Honestly it's not that big a deal!
Early and with a positive spin.
Before school. Can you phone another parent before hand so that at least one of his friends can be prompted to be kind?
* Reassure him that friends will stay friends*
Tell him in the morning but don't tell him this as in all honesty it's extremely unlikely, their friendship circle changes massively even when they go to school with their friends.
the preferred school was a better fit for his abilities and talents, whilst the school he’s been allocated isn’t
This is grounds for appeal, and can be successful if there is something the preferred school offers that is important to your Ds that the allocated school does not.
Are you a long way out of the distance criteria, do you think? Make sure you are on the waiting list. There can be a lot of movement,
But meanwhile, accept the place, it will not disadvantage you on a waiting list or appeal to accept.
Will you even know before he goes to school.
We don't get an Email until after 9am and my dc school give the Yr 6's letters at school telling them what school they have.
Please try not to let him see your views of the allocated school. Does he already know you think his sibling (and now he) attend a sink school?
I had this two years ago. My dd was one of only a handful allocated another school - the rest were boys. She was really forging a new path on her own and was absolutely not a "forging a new path on her own" type of girl.
She has flourished at the new school. Made lots of friends and is very happy.
Definitely before school. They will spend today talking to each other about where they are all going. They then forget about it - it’s only a “thing” in the playground for one day. Leaving it until later will only prolong it.
If everyone else will know I would tell him this morning otherwise he will spend the whole day worrying that he hasn't got a school. They do get over things but having been there it isn't easy seeing their face crumple. Maybe dh can do it if he is going to be more matter of fact and then you can pick up the pieces.

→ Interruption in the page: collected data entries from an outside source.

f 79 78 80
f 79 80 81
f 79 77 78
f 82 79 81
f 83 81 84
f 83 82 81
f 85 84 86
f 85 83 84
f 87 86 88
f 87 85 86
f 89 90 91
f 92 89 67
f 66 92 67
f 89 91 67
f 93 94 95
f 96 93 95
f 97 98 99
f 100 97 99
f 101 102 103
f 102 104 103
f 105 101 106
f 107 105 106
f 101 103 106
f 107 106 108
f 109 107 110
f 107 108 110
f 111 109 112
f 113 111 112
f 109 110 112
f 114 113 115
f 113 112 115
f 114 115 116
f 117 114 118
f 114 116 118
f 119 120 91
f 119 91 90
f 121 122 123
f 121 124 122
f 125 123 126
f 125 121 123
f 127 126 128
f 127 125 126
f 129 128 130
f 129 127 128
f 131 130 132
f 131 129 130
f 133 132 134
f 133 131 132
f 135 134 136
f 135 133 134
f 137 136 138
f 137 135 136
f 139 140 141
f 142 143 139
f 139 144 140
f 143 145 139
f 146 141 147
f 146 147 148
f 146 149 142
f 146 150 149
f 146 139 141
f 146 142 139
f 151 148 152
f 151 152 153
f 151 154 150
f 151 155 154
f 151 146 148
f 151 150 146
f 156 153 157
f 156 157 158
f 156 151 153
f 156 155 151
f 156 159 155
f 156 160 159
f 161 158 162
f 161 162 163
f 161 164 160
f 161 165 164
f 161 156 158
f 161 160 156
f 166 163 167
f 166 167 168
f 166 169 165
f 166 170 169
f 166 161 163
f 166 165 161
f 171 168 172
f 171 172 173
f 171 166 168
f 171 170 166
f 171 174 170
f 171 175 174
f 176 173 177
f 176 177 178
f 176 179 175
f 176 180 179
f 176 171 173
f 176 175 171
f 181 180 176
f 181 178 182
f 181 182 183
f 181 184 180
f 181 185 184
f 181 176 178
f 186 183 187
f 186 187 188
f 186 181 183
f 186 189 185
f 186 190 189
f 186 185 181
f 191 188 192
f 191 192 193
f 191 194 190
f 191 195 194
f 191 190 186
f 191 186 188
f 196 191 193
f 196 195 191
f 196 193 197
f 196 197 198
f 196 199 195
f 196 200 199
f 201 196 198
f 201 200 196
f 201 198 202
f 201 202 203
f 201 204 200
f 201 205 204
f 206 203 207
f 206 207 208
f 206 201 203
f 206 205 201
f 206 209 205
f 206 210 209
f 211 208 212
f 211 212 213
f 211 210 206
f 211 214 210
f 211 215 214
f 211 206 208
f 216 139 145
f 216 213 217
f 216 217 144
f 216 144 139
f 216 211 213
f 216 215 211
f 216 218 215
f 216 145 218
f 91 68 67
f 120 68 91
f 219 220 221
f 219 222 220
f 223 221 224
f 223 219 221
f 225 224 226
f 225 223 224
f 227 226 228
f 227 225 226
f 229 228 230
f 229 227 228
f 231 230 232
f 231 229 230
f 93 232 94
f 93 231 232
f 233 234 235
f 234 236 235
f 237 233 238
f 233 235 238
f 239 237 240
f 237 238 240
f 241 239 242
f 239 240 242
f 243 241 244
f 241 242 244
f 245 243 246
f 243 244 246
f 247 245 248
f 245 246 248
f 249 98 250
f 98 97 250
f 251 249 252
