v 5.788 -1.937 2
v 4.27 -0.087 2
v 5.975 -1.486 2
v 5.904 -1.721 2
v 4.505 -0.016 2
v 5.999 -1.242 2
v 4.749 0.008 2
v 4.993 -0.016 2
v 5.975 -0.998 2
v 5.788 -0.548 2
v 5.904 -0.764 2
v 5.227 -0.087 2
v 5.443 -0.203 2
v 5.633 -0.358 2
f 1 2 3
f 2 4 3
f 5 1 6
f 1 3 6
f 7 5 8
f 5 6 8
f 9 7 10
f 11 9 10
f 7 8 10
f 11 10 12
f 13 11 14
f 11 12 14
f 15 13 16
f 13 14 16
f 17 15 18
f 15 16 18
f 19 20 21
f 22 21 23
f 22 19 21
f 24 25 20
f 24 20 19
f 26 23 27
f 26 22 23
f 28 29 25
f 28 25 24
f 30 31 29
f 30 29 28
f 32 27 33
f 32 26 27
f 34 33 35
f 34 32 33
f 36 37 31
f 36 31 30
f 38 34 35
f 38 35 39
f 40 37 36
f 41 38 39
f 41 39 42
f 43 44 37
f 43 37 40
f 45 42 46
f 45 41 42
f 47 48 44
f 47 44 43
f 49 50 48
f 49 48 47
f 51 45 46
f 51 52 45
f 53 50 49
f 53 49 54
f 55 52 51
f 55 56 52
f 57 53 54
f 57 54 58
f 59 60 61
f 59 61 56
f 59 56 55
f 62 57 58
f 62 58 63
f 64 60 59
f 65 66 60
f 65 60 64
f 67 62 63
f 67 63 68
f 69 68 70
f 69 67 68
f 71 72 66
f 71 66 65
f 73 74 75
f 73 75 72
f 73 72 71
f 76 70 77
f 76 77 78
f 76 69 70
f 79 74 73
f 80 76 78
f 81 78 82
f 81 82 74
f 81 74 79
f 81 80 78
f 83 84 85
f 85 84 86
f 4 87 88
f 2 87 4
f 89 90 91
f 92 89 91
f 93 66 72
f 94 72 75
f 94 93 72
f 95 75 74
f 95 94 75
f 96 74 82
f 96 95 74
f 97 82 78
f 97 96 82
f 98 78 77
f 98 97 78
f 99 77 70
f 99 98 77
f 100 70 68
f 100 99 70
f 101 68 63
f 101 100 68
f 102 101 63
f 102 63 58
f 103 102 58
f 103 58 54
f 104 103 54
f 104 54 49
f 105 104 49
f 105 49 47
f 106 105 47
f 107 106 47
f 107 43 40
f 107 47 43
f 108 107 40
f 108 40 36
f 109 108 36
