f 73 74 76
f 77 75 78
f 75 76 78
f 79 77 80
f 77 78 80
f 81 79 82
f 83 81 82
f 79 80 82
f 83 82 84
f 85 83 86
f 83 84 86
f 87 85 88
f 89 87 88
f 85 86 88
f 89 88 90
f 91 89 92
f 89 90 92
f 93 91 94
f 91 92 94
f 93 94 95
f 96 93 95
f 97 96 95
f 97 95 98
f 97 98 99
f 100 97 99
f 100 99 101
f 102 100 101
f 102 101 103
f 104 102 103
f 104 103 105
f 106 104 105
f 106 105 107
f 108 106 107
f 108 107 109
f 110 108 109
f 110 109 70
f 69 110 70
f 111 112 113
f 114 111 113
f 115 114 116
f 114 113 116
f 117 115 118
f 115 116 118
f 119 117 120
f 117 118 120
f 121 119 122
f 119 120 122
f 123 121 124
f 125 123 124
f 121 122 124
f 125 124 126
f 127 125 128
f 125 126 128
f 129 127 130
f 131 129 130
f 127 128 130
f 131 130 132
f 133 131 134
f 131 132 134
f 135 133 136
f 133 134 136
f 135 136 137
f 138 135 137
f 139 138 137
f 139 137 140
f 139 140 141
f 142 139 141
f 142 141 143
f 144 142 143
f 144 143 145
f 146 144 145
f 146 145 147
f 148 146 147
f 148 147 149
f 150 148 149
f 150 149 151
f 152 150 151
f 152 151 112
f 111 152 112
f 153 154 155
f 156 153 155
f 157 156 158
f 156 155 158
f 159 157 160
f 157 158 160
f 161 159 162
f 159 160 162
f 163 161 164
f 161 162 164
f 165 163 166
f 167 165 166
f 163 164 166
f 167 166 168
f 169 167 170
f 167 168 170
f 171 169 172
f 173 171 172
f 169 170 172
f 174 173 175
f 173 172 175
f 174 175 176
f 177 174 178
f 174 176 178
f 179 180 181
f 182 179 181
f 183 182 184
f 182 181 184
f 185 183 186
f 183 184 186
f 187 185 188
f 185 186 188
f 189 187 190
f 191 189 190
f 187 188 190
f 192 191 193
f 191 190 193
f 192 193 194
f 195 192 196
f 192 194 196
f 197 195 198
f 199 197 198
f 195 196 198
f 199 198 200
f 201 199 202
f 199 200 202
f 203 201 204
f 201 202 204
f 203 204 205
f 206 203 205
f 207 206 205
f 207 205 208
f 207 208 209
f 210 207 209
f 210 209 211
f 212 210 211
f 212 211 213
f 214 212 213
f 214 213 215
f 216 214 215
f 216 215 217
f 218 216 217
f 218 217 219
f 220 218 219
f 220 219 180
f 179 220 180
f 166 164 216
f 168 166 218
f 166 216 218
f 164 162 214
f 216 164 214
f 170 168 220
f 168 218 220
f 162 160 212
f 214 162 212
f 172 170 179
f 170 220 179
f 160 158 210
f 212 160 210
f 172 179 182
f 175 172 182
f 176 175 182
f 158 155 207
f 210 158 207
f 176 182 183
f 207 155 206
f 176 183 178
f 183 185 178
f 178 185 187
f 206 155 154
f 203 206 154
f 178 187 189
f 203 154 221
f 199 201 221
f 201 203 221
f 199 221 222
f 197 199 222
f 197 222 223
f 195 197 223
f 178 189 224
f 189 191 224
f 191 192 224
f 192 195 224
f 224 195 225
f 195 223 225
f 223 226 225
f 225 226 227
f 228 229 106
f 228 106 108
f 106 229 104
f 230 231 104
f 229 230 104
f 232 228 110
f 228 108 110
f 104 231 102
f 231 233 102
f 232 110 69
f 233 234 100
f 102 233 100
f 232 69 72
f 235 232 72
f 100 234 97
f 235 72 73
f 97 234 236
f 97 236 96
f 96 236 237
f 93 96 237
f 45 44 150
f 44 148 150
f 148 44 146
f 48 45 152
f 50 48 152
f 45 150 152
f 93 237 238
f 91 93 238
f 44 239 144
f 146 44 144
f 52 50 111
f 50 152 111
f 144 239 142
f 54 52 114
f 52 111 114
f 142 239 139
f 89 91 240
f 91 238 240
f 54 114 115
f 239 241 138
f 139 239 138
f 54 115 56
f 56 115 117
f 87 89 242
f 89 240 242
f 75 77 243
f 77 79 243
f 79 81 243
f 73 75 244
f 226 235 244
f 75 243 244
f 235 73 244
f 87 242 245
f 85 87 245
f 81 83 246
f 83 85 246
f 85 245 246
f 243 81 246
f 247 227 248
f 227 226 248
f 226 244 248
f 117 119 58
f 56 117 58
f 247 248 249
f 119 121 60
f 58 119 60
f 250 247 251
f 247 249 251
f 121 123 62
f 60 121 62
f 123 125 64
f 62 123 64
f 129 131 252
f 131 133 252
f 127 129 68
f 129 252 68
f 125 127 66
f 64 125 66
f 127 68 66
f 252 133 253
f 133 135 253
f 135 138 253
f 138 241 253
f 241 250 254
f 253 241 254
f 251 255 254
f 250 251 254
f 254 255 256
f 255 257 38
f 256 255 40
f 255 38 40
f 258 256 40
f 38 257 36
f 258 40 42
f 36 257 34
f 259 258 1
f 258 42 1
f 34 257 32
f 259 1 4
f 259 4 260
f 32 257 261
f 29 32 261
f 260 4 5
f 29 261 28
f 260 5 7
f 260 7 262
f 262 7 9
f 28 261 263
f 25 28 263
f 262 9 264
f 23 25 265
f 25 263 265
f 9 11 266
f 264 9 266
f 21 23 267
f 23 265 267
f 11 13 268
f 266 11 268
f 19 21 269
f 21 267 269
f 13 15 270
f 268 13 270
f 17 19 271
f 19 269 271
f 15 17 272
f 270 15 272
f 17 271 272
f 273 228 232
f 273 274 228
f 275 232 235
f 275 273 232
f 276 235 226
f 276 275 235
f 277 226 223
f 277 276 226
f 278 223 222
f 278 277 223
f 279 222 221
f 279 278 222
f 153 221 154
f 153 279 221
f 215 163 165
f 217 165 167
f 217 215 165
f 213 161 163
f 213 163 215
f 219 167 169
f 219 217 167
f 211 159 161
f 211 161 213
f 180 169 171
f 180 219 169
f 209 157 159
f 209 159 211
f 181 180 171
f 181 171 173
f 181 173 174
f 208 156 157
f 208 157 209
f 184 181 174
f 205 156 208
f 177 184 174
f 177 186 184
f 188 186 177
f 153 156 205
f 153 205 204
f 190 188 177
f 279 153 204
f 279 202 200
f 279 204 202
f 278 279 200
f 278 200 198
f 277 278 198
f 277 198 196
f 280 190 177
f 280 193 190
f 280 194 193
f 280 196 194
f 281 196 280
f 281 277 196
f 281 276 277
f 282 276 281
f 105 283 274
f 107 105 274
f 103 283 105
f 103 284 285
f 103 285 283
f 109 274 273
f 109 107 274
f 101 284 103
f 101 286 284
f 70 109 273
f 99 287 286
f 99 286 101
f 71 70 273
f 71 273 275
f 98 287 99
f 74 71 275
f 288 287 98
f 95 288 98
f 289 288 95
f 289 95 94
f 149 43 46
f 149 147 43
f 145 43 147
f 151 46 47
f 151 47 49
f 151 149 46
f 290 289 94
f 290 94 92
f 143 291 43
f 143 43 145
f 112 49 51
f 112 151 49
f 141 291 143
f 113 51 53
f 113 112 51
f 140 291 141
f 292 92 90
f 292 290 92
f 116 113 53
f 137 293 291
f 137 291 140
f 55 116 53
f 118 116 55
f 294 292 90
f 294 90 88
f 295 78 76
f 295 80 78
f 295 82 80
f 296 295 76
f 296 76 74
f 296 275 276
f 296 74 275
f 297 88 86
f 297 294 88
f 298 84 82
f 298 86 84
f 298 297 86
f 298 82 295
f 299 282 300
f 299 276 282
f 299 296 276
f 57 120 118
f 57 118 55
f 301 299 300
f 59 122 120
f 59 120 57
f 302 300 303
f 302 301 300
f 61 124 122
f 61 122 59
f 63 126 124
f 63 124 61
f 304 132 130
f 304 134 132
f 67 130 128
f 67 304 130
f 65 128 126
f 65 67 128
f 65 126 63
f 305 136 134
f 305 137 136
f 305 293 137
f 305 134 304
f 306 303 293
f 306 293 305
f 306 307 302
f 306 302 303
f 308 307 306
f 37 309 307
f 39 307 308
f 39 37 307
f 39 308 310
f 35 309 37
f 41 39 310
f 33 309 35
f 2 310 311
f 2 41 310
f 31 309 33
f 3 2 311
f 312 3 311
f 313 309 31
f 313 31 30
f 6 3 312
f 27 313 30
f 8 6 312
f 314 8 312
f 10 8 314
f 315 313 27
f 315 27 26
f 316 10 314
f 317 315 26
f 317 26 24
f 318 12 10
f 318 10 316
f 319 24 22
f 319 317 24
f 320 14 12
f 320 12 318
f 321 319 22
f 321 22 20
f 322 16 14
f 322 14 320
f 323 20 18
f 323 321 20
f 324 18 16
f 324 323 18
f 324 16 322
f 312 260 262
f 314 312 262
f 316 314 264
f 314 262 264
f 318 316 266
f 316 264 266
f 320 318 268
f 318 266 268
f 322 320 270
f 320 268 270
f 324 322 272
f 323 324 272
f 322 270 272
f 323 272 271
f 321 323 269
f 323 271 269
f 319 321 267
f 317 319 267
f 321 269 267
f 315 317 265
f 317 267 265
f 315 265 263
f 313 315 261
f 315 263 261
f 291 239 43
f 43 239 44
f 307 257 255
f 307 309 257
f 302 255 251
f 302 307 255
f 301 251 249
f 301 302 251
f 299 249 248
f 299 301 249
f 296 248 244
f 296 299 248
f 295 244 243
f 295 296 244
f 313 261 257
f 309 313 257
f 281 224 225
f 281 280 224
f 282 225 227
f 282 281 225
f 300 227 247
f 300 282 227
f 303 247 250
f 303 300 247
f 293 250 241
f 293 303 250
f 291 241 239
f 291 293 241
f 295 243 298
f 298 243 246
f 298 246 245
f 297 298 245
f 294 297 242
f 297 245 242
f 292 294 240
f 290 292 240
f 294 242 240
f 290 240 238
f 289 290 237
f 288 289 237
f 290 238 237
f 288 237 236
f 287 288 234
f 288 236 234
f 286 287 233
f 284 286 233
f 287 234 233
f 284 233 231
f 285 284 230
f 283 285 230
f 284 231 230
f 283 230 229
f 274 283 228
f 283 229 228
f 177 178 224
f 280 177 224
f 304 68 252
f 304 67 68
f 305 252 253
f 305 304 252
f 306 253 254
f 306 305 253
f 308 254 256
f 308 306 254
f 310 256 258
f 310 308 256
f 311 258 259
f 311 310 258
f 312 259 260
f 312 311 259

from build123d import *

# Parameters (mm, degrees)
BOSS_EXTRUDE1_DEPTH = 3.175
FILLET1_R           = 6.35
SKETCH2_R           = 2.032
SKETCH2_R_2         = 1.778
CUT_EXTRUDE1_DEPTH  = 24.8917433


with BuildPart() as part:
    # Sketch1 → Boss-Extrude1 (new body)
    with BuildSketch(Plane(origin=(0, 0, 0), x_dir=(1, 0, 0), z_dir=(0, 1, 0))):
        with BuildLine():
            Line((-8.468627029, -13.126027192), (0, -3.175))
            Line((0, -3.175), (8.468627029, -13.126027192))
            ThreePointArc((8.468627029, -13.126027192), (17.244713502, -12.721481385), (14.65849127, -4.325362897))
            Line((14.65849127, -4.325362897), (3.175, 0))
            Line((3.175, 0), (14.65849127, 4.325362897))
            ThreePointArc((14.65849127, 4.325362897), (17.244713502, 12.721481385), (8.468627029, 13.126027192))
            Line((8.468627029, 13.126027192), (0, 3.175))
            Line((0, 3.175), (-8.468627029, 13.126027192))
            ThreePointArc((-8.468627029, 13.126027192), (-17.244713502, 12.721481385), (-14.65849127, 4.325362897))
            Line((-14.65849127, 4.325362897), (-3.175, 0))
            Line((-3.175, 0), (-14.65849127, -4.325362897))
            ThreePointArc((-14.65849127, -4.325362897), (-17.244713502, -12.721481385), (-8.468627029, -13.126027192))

It is sad and scary I sympathize with you both but I also agree, don't overthink it. Our DD is in y7 and went to a school with 0 people she knew. She was upset at first as all her friends were going to schools in groups and she was all alone. First couple of weeks were up and down but she's settled so nicely and doesn't even speak to her old friends. It may sound harsh and I'm sure your son can try to keep up some friendships but my DD has found it a bit awk even though they were v v close, and I think that's normal. He will naturally be upset but than will be absolutely fine.
He is v fortunate he gets to make new friends and not get held back by old friendships. So many arguments in Y7 are caused by old friends changing friendship groups as my DD is witnessing now and is v glad she's not a part of it.